Doppelmordverdächtiger Bursch offenbar nicht schuldfähig

Expertise betrifft aber Fall von Körperverletzung gegen Mutter
Der unter Doppelmordverdacht stehende 17-Jährige, der in Wien in U-Haft sitzt, weil er im Sommer 2023 zwei Wohnungslose getötet haben soll, ist laut einem ersten Gutachten einer Kinder- und Jugendpsychiaterin zurechnungsunfähig und damit nicht schuldfähig. Die vorliegende Expertise betrifft jedoch nicht das Ermittlungsverfahren wegen Mordes bzw. Mordversuchs, sondern einen Angriff auf die Mutter, der nach den Tötungsdelikten stattgefunden hat, bestätigte das Landesgericht.

Zu der gegen die Mutter gerichteten Attacke wurde im vergangenen Dezember im Grauen Haus die Hauptverhandlung wegen absichtlich schwerer Körperverletzung eröffnet. Dieser Prozesstermin war lange vor der Festnahme des Burschen fixiert worden. Laut Staatsanwaltschaft soll der 17-Jährige am 18. September 2023 - und damit zeitlich deutlich nach den tödlichen Messerangriffen auf schlafende und wehrlose Menschen - seiner Mutter mehrere Rippenbrüche, eine Schädelprellung und Hämatome und Abschürfungen am ganzen Körper zugefügt haben, indem er ihr einen Faustschlag ins Gesicht versetzte und anschließend auf Kopf und Körper der zu Boden gestürzten Frau eintrat.

Während des ersten Verhandlungstags beantragte damals Verteidiger Manfred Arbacher-Stöger die Einholung eines psychiatrischen Gutachtens. Der Anwalt ging davon aus, dass bei seinem Mandanten ein Schuldausschließungsgrund vorliegen könnte - was die vom Gericht bestellte Gutachterin nun bestätigte, wie die "Kronen Zeitung" in ihrer Sonntag-Ausgabe berichtete. Für die Sachverständige liegt demnach Zurechnungsunfähigkeit vor, weshalb aus ihrer Sicht mangels Schuldfähigkeit die Voraussetzungen für eine Unterbringung des Jugendlichen in einem forensisch-therapeutischen Zentrum gemäß Paragraf 21 Abs. 1 StGB erfüllt wären, sollte das Gericht zum Schluss kommen, dass der 17-Jährige seine Mutter schwer verletzt hat, bestätigte Gerichtssprecher Christoph Zonsics-Kral der APA am Sonntag. Die Anklage dürfte somit in einen Antrag auf Unterbringung im so genannten Maßnahmenvollzug umgewandelt werden. Die nächste Verhandlung findet am 18. Juni statt, so Zonsics-Kral.

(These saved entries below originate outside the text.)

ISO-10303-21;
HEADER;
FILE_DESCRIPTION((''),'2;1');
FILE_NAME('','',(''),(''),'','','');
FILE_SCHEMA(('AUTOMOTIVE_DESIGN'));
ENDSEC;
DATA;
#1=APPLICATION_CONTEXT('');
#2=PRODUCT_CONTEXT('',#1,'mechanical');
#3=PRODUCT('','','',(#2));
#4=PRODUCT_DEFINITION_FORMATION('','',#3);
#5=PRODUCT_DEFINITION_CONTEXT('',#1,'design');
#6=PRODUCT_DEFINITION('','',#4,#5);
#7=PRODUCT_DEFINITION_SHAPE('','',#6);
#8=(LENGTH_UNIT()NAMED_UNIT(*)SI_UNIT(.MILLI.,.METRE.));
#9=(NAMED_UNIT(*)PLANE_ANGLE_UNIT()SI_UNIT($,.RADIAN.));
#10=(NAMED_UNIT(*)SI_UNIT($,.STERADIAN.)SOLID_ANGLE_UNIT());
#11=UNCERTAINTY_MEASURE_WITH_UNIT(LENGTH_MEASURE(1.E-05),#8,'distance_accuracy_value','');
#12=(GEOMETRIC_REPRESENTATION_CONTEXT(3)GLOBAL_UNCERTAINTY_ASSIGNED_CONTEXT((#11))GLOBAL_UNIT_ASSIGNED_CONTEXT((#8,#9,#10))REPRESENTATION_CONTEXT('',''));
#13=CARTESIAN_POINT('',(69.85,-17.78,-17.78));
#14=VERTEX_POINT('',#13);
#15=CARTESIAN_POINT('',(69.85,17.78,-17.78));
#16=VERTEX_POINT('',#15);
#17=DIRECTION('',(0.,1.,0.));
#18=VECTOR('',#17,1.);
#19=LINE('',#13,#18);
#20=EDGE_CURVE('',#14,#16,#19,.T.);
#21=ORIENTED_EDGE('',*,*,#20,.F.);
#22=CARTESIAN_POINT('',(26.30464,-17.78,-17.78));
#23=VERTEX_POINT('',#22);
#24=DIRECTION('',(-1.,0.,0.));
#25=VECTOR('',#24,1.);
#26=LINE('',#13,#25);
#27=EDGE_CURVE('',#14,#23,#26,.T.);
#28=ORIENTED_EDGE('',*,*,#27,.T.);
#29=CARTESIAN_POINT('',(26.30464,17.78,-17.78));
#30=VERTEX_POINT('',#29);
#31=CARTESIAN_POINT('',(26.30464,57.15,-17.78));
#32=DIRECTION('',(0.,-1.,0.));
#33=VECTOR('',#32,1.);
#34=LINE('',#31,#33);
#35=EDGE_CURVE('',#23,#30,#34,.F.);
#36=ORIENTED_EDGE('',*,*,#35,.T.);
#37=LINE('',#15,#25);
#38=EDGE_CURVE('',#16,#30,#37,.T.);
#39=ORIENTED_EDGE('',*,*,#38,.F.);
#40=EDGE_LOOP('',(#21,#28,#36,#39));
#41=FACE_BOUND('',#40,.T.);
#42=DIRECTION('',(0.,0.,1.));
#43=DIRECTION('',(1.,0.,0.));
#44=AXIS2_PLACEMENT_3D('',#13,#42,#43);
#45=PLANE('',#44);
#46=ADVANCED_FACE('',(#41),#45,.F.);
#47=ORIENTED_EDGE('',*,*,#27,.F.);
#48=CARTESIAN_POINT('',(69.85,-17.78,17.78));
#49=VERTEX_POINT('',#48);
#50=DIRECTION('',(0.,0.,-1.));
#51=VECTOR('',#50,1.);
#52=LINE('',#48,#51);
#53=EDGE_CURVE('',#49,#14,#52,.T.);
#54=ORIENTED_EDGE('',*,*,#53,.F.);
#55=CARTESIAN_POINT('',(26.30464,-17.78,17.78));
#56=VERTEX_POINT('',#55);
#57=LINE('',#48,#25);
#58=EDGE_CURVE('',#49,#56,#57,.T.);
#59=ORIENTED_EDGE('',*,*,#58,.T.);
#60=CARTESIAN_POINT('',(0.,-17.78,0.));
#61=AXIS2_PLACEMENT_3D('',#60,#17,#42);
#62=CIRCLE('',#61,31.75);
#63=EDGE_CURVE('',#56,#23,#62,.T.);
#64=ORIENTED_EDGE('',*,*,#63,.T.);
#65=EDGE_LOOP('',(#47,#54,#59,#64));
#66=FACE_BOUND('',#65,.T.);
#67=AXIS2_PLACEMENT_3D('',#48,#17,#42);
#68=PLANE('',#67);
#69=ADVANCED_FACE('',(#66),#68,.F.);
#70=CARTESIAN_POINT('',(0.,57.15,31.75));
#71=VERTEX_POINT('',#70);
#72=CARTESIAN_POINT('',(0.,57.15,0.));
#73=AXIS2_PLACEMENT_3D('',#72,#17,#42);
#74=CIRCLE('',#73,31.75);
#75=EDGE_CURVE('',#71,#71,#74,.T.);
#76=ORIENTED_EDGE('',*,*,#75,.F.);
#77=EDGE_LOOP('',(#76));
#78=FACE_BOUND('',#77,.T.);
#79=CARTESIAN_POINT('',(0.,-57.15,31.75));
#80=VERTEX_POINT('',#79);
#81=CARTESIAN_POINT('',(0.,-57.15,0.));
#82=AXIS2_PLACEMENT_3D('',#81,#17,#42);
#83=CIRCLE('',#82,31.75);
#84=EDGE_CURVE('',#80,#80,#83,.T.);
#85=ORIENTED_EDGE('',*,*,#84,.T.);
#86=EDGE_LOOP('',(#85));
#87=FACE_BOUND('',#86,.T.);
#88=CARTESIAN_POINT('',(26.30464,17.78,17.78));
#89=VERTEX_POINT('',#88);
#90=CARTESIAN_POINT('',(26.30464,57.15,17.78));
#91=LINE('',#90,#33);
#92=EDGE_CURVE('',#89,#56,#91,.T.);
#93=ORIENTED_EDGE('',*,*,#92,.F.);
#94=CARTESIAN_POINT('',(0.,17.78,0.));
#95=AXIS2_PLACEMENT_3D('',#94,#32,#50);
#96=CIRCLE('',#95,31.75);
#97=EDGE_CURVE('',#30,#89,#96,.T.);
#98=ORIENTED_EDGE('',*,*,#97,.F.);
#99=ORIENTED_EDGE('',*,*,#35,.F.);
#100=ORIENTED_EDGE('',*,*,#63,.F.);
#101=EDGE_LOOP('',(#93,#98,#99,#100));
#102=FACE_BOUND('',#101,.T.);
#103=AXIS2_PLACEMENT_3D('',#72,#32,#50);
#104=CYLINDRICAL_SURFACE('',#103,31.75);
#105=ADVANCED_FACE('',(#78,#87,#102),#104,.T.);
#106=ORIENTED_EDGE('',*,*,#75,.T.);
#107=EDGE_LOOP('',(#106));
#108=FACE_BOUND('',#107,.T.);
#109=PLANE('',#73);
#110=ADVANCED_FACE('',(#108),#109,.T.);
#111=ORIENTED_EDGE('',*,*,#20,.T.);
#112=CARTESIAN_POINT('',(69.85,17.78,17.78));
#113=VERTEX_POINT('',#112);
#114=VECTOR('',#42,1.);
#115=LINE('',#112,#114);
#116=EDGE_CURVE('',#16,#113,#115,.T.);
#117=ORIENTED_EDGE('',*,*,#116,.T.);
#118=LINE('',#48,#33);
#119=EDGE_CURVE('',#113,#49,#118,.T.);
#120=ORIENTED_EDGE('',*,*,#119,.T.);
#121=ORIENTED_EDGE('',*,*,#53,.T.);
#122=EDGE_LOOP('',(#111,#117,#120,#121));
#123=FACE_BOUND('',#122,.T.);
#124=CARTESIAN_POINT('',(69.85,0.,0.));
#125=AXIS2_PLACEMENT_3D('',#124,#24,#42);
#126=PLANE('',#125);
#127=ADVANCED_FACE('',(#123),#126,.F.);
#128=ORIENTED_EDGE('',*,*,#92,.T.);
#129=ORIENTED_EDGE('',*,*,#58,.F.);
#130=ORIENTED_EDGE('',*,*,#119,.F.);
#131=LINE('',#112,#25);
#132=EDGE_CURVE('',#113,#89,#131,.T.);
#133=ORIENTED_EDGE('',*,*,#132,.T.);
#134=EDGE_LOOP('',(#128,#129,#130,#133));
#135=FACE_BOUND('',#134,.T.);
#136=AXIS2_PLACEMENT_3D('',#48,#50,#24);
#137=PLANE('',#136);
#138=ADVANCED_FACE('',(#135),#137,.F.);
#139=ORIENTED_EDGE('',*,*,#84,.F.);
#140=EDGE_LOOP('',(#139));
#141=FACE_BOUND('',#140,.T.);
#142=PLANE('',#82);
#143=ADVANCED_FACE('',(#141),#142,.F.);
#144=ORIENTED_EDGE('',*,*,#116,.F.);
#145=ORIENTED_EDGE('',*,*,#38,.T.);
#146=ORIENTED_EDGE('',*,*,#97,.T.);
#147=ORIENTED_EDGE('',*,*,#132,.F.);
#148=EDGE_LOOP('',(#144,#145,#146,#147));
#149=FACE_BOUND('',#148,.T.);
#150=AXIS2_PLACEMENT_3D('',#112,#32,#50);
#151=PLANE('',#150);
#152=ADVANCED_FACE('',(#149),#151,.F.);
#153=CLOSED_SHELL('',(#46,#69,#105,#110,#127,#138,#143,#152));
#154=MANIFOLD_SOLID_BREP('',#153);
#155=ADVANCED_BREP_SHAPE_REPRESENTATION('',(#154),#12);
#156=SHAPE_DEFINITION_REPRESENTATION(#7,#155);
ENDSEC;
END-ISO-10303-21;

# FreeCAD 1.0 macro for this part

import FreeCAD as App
import Part
import Sketcher
from FreeCAD import Vector
Q = App.Units.Quantity

doc = App.newDocument("Part")
params = doc.addObject("Spreadsheet::Sheet", "Params")
for row, (alias, value) in enumerate([
    ("sketch1_diameter", "2.5 in"),
    ("pad1_length", "4.5 in"),
    ("sketch2_width", "1.4 in"),
    ("pad2_length", "2.75 in"),
], start=1):
    params.set(f"A{row}", alias)
    params.set(f"B{row}", "=" + value)
    params.setAlias(f"B{row}", alias)

body = doc.addObject("PartDesign::Body", "Body")

sketch1 = body.newObject("Sketcher::SketchObject", "Sketch")
sketch1.AttachmentSupport = (doc.getObject("XZ_Plane"), [""])
sketch1.MapMode = "FlatFace"
sketch1.addGeometry(Part.Circle(Vector(0, 0, 0), Vector(0, 0, 1), 32), False)
sketch1.addConstraint(Sketcher.Constraint("Coincident", 0, 3, -1, 1))
sketch1.addConstraint(Sketcher.Constraint("Diameter", 0, Q("2.5 in")))
sketch1.setExpression("Constraints[1]", "Params.sketch1_diameter")
pad1 = body.newObject("PartDesign::Pad", "Pad")
pad1.Profile = sketch1
pad1.setExpression("Length", "Params.pad1_length")
pad1.Midplane = True

sketch2 = body.newObject("Sketcher::SketchObject", "Sketch001")
sketch2.AttachmentSupport = (doc.getObject("YZ_Plane"), [""])
sketch2.MapMode = "FlatFace"
sketch2.addGeometry(Part.LineSegment(Vector(18, 18, 0), Vector(-18, 18, 0)), False)
sketch2.addGeometry(Part.LineSegment(Vector(-18, 18, 0), Vector(-18, -18, 0)), False)
sketch2.addGeometry(Part.LineSegment(Vector(-18, -18, 0), Vector(18, -18, 0)), False)
sketch2.addGeometry(Part.LineSegment(Vector(18, -18, 0), Vector(18, 18, 0)), False)
sketch2.addConstraint(Sketcher.Constraint("Coincident", 0, 2, 1, 1))
sketch2.addConstraint(Sketcher.Constraint("Coincident", 1, 2, 2, 1))
sketch2.addConstraint(Sketcher.Constraint("Coincident", 2, 2, 3, 1))
sketch2.addConstraint(Sketcher.Constraint("Coincident", 3, 2, 0, 1))
sketch2.addConstraint(Sketcher.Constraint("Horizontal", 0))
sketch2.addConstraint(Sketcher.Constraint("Vertical", 1))
sketch2.addConstraint(Sketcher.Constraint("Horizontal", 2))
sketch2.addConstraint(Sketcher.Constraint("Vertical", 3))
sketch2.addConstraint(Sketcher.Constraint("Symmetric", 0, 2, 2, 2, -1, 1))
sketch2.addConstraint(Sketcher.Constraint("Equal", 2, 1))
sketch2.addConstraint(Sketcher.Constraint("DistanceX", 0, 2, 0, 1, Q("1.4 in")))
sketch2.setExpression("Constraints[10]", "Params.sketch2_width")
pad2 = body.newObject("PartDesign::Pad", "Pad001")
pad2.Profile = sketch2
pad2.setExpression("Length", "Params.pad2_length")

doc.recompute()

Im Ermittlungsverfahren wegen zweier tödlichen Messerattacken auf schlafende Obdachlose und einen weiteren Angriff, den das Opfer überlebte, stehen die Gutachten allerdings noch aus, erklärte die Sprecherin der Wiener Staatsanwaltschaft, Nina Bussek. Inwieweit das jetzige Gutachten in die Ermittlungen zu den Morddelikten einfließt, bleibt abzuwarten. Laut Gerichtssprecher Zonsics-Kral muss der Gutachtensauftrag spezifisch für die Tat bzw. den konkreten Tatzeitraum erfolgen. Die vorliegende Expertise bezieht sich vorerst nur auf den Mitte September 2023 gegebenen psychischen Zustand des 17-Jährigen. Dem Gutachten zufolge, aus dem die "Krone" zitiert, soll der Jugendliche "typische Anzeichen eines Psychopathen" aufgewiesen haben, als er auf seine Mutter losging.

Nach der Tötungsserie im Sommer hatte sich der 17-Jährige im Dezember gestellt. Er kam in eine Polizeiinspektion und gab die Taten zu. Ab Juli 2023 hielt der junge Mann gezielt nach den Opfern Ausschau, wie die Polizei ermittelte. Das Messer versteckte er am Knöchel und streifte vermummt durch die Nacht. Bei den Messerattacken auf die Schlafenden waren ein 56- und ein 55-Jähriger getötet worden. Eine 51-jährige Frau wurde schwer verletzt.